We found we were able to increase that daily dose to an 8-mg daily dose, and then with additional testing, [we] found that 9 mg may be optimal for a portion of patients. After starting an 8-mg daily dose, on day 15 or 14, phosphorous levels were checked, and if they were <5.5 mg/dL, then the patient was increased from an 8-mg daily dose to a 9-mg daily dose.

As expected with other FGF [fibroblast growth factor] inhibitors, we did see hyperphosphatemia, although we were actually pushing toward hyperphosphatemia since we thought that would indicate appropriate suppression of FGFR3. Otherwise, it has other similar adverse effects to other TKIs. We see a bit of hand-foot syndrome, we see nail changes, a bit of dry mouth, dry skin, dry eyes.

One of the adverse events of special interest is central serous retinopathy, which has been reported with other inhibitors of the MAP kinase pathway, so all patients have a baseline OCT [optical coherence tomography] testing by ophthalmology.
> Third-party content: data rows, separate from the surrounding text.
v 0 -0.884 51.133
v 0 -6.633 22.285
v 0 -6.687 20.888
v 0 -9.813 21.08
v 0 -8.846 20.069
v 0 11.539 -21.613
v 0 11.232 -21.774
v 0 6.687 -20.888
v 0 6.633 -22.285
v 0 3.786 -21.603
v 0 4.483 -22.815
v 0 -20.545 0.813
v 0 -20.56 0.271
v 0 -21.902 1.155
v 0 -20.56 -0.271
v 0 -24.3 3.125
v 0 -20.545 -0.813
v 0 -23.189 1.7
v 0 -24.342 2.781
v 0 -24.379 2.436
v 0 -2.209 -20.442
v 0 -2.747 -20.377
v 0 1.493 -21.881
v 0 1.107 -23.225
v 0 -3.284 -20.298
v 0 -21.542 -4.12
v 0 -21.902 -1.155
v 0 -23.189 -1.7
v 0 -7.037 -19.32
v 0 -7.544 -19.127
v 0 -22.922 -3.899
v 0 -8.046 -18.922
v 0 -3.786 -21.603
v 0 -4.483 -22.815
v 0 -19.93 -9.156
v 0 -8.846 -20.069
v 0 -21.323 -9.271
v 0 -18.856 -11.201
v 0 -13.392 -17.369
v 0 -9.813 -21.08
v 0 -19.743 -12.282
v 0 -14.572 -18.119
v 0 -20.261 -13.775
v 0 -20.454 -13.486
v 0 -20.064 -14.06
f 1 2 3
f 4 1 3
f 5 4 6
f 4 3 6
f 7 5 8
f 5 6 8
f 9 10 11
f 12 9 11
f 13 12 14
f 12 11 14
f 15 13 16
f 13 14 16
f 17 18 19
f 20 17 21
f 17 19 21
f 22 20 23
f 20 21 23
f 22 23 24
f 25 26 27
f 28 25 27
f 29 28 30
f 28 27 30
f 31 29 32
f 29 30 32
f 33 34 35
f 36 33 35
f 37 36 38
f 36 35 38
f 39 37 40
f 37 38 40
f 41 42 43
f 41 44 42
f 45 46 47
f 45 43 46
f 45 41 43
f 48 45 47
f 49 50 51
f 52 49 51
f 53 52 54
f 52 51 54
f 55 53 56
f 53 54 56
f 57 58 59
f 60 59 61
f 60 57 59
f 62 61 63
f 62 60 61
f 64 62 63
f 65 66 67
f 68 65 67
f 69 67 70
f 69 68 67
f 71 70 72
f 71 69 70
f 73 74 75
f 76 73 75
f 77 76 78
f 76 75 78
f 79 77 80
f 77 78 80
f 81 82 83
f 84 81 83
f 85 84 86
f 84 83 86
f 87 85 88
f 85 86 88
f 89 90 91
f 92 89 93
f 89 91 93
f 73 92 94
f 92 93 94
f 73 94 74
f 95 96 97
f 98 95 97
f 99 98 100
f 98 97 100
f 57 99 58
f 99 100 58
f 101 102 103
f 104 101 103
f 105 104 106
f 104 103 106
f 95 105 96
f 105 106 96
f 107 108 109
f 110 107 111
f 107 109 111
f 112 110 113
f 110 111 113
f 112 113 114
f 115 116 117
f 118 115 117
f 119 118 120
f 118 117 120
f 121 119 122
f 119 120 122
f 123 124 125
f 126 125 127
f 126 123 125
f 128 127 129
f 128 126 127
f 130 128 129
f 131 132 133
Then we did Amsler grid monitoring, and if patients reported any changes in the grid lines or blurred vision, we would send them back to ophthalmology, hold the therapy, and test to see whether central serous retinopathy was present.
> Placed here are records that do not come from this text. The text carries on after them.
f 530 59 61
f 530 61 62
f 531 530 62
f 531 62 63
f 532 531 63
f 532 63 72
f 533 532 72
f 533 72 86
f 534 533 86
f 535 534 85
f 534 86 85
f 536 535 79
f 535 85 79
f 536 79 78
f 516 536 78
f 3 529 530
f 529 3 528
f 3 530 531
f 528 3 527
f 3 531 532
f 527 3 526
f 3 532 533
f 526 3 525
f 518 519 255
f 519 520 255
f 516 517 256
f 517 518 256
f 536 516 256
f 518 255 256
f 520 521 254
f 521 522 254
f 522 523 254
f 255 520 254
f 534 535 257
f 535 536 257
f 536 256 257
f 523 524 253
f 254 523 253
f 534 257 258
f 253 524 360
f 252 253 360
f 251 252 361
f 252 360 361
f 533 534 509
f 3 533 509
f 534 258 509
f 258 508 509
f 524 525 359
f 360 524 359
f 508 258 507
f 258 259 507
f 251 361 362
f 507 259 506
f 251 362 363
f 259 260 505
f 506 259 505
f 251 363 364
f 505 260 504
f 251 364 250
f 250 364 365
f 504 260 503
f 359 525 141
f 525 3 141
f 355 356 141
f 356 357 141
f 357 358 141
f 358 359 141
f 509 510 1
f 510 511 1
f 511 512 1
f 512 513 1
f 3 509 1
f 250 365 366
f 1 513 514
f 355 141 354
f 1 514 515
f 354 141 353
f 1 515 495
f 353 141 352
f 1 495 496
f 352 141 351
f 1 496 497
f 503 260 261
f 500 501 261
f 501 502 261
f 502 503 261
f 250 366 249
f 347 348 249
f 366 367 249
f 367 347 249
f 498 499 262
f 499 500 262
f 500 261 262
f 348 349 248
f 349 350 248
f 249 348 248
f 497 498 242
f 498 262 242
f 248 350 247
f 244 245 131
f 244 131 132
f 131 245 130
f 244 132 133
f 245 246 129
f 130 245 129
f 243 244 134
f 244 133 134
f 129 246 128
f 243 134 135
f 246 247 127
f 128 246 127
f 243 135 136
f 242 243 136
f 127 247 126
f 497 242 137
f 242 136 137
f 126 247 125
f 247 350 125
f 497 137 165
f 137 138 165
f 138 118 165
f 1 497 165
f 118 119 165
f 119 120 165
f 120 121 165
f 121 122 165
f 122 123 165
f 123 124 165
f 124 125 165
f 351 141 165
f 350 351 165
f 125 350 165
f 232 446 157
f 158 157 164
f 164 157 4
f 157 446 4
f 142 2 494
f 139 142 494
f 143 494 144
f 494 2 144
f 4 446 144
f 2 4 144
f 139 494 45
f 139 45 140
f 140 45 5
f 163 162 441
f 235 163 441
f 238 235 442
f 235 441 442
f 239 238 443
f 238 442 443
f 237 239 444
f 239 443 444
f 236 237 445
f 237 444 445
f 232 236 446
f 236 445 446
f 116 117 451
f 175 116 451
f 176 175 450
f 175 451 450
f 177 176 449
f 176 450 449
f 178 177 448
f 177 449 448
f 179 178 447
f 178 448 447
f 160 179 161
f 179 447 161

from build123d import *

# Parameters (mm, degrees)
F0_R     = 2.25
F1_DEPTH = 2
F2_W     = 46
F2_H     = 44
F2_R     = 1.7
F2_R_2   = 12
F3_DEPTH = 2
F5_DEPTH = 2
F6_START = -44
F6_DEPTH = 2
Even in patients in whom it was present, many, after holding the dose, were able to resume treatment. Overall, it did appear relatively well tolerated compared with historical data with cisplatin.

How does erdafitinib fit into the current treatment paradigm?

Until erdafitinib’s approval, there were only 2 classes of treatment approved. One was platinum-based chemotherapy, and then in patients who failed platinum, [there was] immune checkpoint inhibitor therapy. Immune checkpoint inhibitors were also approved for patients who were cisplatin ineligible but had [positive] PD-L1 expression. The treatment options have truly been quite limited. Erdafitinib brings to the table a new oral agent, the first targeted agent for FGFR3, and the first personalized therapy for the treatment of urothelial cancer.

What are the next steps for erdafitinib?

There have been some interesting data suggesting that urothelial tumors with FGFR3 alteration appear immunologically cold and may not respond as well to immunotherapy. When we looked at patients on this trial who received prior immunotherapy, there were 22 patients, and only 1 out of those 22 patients had an investigator-reported response to their immune checkpoint inhibitor. One thought is that this could reflect an unmet need, and it raised the question: Might FGFR-alerted urothelial tumors benefit more from treatment with an FGF inhibitor compared with an immune checkpoint inhibitor?

The phase III confirmatory trial, which is called THOR [NCT03390504], takes patients who have failed prior chemotherapy, either in the metastatic setting or within 12 months of neoadjuvant or adjuvant chemotherapy, and randomizes them to either erdafitinib or an immune checkpoint inhibitor. If a patient has already received an immune checkpoint inhibitor, they may go on treatment, but they are in a second group of patients who are randomized between FGF inhibition or a taxane.

There is also a second trial called NORSE [NCT03473743], which combines erdafitinib with immunotherapy. The hypothesis is that the use of FGFR3 inhibition may take this immunologically cold tumor and make it more susceptible to an immune response; combining with an immune checkpoint inhibitor may enhance the clinical activity of both. This trial is a phase I/II trial, and in the phase II portion, the patients are randomized front line to either erdafitinib or erdafitinib with an immune checkpoint inhibitor.